Reproduce precisely the lines between the start of the data below and the line with "e13 v14 v13 LINE", both included.

(Records excerpted from a collection)
___

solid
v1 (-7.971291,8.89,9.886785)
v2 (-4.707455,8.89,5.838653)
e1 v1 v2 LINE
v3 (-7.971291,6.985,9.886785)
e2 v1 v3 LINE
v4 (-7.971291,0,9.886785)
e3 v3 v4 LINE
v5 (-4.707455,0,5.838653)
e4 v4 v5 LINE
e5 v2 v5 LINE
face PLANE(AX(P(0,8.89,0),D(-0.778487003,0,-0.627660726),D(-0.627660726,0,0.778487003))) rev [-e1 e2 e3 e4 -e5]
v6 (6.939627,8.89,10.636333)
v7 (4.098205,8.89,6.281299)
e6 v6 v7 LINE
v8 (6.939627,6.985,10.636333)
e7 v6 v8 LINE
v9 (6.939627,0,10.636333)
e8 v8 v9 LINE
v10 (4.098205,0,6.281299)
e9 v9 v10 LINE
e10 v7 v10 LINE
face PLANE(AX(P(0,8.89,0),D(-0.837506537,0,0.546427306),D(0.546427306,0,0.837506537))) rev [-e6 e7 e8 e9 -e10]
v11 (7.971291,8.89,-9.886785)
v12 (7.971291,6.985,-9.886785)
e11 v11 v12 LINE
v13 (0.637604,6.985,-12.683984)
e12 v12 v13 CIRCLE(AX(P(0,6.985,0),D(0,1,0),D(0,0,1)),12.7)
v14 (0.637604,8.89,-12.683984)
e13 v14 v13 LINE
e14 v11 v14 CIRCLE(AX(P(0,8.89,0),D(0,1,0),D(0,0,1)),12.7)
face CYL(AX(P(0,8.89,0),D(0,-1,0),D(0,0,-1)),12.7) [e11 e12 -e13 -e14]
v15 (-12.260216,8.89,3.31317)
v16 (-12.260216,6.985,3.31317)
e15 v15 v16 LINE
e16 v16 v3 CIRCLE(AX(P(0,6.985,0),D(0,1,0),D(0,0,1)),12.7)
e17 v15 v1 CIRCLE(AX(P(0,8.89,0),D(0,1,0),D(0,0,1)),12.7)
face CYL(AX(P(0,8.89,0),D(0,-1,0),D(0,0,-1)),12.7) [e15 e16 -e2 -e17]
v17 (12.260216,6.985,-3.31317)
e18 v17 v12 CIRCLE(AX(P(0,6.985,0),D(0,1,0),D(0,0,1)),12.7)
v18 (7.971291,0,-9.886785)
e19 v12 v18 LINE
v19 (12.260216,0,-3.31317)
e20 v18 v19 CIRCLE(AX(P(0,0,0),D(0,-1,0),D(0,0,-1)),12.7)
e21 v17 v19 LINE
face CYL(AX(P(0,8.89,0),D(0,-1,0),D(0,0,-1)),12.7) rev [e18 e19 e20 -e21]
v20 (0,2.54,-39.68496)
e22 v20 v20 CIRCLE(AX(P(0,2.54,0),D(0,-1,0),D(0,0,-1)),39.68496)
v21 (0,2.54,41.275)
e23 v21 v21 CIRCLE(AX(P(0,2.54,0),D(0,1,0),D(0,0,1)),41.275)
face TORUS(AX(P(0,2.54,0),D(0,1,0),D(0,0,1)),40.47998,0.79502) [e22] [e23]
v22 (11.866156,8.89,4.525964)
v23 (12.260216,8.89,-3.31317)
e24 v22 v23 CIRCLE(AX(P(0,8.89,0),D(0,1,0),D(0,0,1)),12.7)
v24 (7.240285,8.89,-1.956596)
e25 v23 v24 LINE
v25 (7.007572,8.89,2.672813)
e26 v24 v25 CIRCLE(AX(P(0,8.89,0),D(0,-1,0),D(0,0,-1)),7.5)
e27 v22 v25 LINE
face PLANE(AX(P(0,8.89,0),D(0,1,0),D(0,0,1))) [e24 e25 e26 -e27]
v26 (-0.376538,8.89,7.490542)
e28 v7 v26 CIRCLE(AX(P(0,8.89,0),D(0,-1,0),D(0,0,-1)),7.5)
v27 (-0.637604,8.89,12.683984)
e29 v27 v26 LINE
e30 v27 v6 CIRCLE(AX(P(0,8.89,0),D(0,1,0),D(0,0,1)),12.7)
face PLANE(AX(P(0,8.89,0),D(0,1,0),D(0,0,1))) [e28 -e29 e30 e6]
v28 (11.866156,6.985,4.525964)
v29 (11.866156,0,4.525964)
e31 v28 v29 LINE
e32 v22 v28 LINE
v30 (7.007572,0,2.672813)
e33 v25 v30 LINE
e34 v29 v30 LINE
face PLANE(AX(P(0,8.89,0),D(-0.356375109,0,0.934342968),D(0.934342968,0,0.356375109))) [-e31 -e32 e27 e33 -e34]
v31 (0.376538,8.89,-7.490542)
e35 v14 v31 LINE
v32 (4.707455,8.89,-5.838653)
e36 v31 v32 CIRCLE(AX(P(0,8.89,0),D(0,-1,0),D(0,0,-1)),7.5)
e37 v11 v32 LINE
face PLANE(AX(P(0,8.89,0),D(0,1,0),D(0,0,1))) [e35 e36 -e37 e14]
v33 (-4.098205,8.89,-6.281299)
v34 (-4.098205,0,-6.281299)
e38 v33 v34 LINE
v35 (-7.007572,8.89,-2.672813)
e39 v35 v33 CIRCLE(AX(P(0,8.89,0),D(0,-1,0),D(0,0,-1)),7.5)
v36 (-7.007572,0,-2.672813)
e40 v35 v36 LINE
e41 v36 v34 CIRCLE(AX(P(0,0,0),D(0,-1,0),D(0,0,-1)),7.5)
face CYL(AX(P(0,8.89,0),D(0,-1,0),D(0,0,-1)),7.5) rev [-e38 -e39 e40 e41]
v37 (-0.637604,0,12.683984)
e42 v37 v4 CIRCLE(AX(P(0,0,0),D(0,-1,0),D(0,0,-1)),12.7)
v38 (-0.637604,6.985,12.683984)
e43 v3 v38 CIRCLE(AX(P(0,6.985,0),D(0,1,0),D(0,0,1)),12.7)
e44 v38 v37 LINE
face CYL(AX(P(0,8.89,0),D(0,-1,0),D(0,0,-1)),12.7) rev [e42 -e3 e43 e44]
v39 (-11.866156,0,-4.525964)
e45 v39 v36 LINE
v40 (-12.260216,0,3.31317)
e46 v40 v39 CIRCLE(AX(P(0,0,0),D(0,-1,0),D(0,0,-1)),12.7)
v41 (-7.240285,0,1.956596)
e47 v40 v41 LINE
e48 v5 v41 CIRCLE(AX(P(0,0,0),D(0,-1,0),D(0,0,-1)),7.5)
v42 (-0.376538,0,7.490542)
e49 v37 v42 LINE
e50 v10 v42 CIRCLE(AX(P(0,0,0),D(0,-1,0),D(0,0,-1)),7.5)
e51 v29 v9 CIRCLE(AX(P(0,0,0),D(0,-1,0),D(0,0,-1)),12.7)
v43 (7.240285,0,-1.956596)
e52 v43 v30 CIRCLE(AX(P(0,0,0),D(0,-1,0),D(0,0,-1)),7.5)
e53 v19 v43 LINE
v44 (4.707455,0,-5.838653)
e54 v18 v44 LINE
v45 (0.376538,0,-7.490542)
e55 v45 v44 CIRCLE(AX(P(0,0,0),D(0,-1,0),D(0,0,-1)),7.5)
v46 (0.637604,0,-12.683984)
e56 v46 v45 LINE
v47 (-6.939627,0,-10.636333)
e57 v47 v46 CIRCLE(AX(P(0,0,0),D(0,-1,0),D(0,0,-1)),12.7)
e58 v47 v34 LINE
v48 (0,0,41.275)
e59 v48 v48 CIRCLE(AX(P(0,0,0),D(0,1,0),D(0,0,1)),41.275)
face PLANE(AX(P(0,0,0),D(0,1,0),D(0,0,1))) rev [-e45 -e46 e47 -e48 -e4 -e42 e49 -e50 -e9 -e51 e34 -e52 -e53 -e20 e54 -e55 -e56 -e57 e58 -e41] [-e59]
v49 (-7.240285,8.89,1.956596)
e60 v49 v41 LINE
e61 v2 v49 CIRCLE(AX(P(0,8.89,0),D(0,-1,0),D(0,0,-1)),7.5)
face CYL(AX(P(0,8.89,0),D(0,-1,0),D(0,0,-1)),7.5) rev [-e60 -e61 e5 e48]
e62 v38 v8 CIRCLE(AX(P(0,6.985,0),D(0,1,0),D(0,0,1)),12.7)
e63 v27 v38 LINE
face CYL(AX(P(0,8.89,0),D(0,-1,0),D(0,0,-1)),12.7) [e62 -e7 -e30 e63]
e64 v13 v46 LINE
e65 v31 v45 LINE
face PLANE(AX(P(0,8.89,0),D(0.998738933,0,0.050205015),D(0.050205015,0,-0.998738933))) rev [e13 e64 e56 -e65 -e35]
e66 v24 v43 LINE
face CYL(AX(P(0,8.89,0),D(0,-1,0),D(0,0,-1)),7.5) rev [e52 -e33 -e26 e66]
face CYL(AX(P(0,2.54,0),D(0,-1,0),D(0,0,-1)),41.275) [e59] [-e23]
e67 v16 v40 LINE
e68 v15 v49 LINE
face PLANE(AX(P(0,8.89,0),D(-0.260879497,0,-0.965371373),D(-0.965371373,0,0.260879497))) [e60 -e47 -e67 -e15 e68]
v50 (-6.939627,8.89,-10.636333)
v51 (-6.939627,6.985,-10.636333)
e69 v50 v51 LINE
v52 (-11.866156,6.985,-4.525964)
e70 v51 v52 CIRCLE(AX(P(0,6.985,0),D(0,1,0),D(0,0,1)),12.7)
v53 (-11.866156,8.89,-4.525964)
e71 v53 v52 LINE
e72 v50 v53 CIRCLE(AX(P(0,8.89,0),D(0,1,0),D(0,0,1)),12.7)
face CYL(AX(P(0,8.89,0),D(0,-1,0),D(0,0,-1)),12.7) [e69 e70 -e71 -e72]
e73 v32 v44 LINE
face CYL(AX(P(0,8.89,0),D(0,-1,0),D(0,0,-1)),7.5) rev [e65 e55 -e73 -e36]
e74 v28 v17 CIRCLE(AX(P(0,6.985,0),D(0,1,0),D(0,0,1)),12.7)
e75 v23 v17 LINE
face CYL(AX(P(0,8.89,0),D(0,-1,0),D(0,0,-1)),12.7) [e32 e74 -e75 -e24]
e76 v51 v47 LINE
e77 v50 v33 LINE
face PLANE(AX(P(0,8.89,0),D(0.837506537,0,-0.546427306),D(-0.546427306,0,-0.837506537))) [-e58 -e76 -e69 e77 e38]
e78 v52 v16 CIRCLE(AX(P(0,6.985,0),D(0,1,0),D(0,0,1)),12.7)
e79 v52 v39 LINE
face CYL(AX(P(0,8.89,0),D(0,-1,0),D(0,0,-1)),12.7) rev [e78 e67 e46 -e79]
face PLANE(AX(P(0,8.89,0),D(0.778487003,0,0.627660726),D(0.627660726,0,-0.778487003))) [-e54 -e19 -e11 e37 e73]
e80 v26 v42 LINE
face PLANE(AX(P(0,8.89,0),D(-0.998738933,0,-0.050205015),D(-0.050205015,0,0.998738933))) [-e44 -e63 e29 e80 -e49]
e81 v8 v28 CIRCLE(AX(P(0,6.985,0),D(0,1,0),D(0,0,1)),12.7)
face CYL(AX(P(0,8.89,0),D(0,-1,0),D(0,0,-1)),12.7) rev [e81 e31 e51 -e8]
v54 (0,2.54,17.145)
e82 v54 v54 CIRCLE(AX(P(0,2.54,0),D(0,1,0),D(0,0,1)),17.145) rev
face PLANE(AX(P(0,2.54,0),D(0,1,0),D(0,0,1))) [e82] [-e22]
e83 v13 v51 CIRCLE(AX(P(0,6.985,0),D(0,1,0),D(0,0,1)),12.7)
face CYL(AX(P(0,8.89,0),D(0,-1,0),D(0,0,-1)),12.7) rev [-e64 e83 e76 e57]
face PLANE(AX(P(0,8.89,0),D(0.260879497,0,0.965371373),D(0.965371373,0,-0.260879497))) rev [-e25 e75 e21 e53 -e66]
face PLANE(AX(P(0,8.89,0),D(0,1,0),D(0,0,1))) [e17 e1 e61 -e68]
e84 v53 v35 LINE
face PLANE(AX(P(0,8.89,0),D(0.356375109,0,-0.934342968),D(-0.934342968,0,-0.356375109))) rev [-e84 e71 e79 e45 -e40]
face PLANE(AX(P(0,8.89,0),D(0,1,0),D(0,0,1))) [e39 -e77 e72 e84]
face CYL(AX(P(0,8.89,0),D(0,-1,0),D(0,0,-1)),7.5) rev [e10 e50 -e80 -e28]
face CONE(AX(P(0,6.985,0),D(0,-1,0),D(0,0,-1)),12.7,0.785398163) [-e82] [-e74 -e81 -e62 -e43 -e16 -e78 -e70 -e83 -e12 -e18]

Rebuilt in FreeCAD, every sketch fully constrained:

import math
import FreeCAD as App
import Part
import Sketcher

V = App.Vector
Q = App.Units.Quantity


def edges_at(feature, points):
    """Names of the edges that pass closest to the given points."""
    edges = feature.Shape.Edges
    near = lambda p: min(range(len(edges)), key=lambda i: edges[i].distToShape(Part.Vertex(*p))[0])
    return sorted({f"Edge{near(p) + 1}" for p in points})

doc = App.newDocument("Part")
body = doc.addObject("PartDesign::Body", "Body")

# Sketch on XZ plane
sketch1 = doc.addObject("Sketcher::SketchObject", "Sketch")
body.addObject(sketch1)
sketch1.AttachmentSupport = (doc.XZ_Plane, [""])
sketch1.MapMode = "FlatFace"
sketch1.addGeometry(Part.Circle(V(0, 0, 0), V(0, 0, 1), 41), False)
sketch1.addConstraint([
    Sketcher.Constraint("Coincident", 0, 3, -1, 1),
    Sketcher.Constraint("Diameter", 0, Q("3.25 in")),
])
pad1 = doc.addObject("PartDesign::Pad", "Pad")
body.addObject(pad1)
pad1.Profile = sketch1
pad1.Length = Q("0.1 in")
pad1.Reversed = True

# Sketch on XZ plane
sketch2 = doc.addObject("Sketcher::SketchObject", "Sketch001")
body.addObject(sketch2)
sketch2.AttachmentSupport = (doc.XZ_Plane, [""])
sketch2.MapMode = "FlatFace"
sketch2.AttachmentOffset = App.Placement(V(0, 0, -0.1 * 25.4), App.Rotation())
sketch2.addGeometry(Part.Circle(V(0, 0, 0), V(0, 0, 1), 13), False)
sketch2.addConstraint([
    Sketcher.Constraint("Coincident", 0, 3, -1, 1),
    Sketcher.Constraint("Diameter", 0, Q("1 in")),
])
pad2 = doc.addObject("PartDesign::Pad", "Pad001")
body.addObject(pad2)
pad2.Profile = sketch2
pad2.Length = Q("0.25 in")
pad2.Reversed = True
doc.recompute()

chamfer = doc.addObject("PartDesign::Chamfer", "Chamfer")
body.addObject(chamfer)
chamfer.Base = (pad2, edges_at(pad2, [(-12.7, 2.54, 0)]))
chamfer.Size = Q("0.175 in")

# Sketch on XZ plane
sketch3 = doc.addObject("Sketcher::SketchObject", "Sketch002")
body.addObject(sketch3)
sketch3.AttachmentSupport = (doc.XZ_Plane, [""])
sketch3.MapMode = "FlatFace"
sketch3.addGeometry([
    Part.ArcOfCircle(Part.Circle(V(0, 0, 0), V(0, 0, 1), 12.7), math.radians(21), math.radians(57)),  # 0
    Part.LineSegment(V(6.9, 10.6, 0), V(4.1, 6.3, 0)),  # 1
    Part.ArcOfCircle(Part.Circle(V(0, 0, 0), V(0, 0, 1), 7.5), math.radians(57), math.radians(93)),  # 2
    Part.LineSegment(V(-0.4, 7.5, 0), V(-0.6, 12.7, 0)),  # 3
    Part.ArcOfCircle(Part.Circle(V(0, 0, 0), V(0, 0, 1), 12.7), math.radians(93), math.radians(129)),  # 4
    Part.LineSegment(V(-8, 9.9, 0), V(-4.7, 5.8, 0)),  # 5
    Part.ArcOfCircle(Part.Circle(V(0, 0, 0), V(0, 0, 1), 7.5), math.radians(129), math.radians(165)),  # 6
    Part.LineSegment(V(-7.2, 2, 0), V(-12.3, 3.3, 0)),  # 7
    Part.ArcOfCircle(Part.Circle(V(0, 0, 0), V(0, 0, 1), 12.7), math.radians(165), math.radians(201)),  # 8
    Part.LineSegment(V(-11.9, -4.5, 0), V(-7, -2.7, 0)),  # 9
    Part.ArcOfCircle(Part.Circle(V(0, 0, 0), V(0, 0, 1), 7.5), math.radians(-159), math.radians(-123)),  # 10
    Part.LineSegment(V(-4.1, -6.3, 0), V(-6.9, -10.6, 0)),  # 11
    Part.ArcOfCircle(Part.Circle(V(0, 0, 0), V(0, 0, 1), 12.7), math.radians(-123), math.radians(-87)),  # 12
    Part.LineSegment(V(0.6, -12.7, 0), V(0.4, -7.5, 0)),  # 13
    Part.ArcOfCircle(Part.Circle(V(0, 0, 0), V(0, 0, 1), 7.5), math.radians(-87), math.radians(-51)),  # 14
    Part.LineSegment(V(4.7, -5.8, 0), V(8, -9.9, 0)),  # 15
    Part.ArcOfCircle(Part.Circle(V(0, 0, 0), V(0, 0, 1), 12.7), math.radians(-51), math.radians(-15)),  # 16
    Part.LineSegment(V(12.3, -3.3, 0), V(7.2, -2, 0)),  # 17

___

Exercise result:
solid
v1 (-7.971291,8.89,9.886785)
v2 (-4.707455,8.89,5.838653)
e1 v1 v2 LINE
v3 (-7.971291,6.985,9.886785)
e2 v1 v3 LINE
v4 (-7.971291,0,9.886785)
e3 v3 v4 LINE
v5 (-4.707455,0,5.838653)
e4 v4 v5 LINE
e5 v2 v5 LINE
face PLANE(AX(P(0,8.89,0),D(-0.778487003,0,-0.627660726),D(-0.627660726,0,0.778487003))) rev [-e1 e2 e3 e4 -e5]
v6 (6.939627,8.89,10.636333)
v7 (4.098205,8.89,6.281299)
e6 v6 v7 LINE
v8 (6.939627,6.985,10.636333)
e7 v6 v8 LINE
v9 (6.939627,0,10.636333)
e8 v8 v9 LINE
v10 (4.098205,0,6.281299)
e9 v9 v10 LINE
e10 v7 v10 LINE
face PLANE(AX(P(0,8.89,0),D(-0.837506537,0,0.546427306),D(0.546427306,0,0.837506537))) rev [-e6 e7 e8 e9 -e10]
v11 (7.971291,8.89,-9.886785)
v12 (7.971291,6.985,-9.886785)
e11 v11 v12 LINE
v13 (0.637604,6.985,-12.683984)
e12 v12 v13 CIRCLE(AX(P(0,6.985,0),D(0,1,0),D(0,0,1)),12.7)
v14 (0.637604,8.89,-12.683984)
e13 v14 v13 LINE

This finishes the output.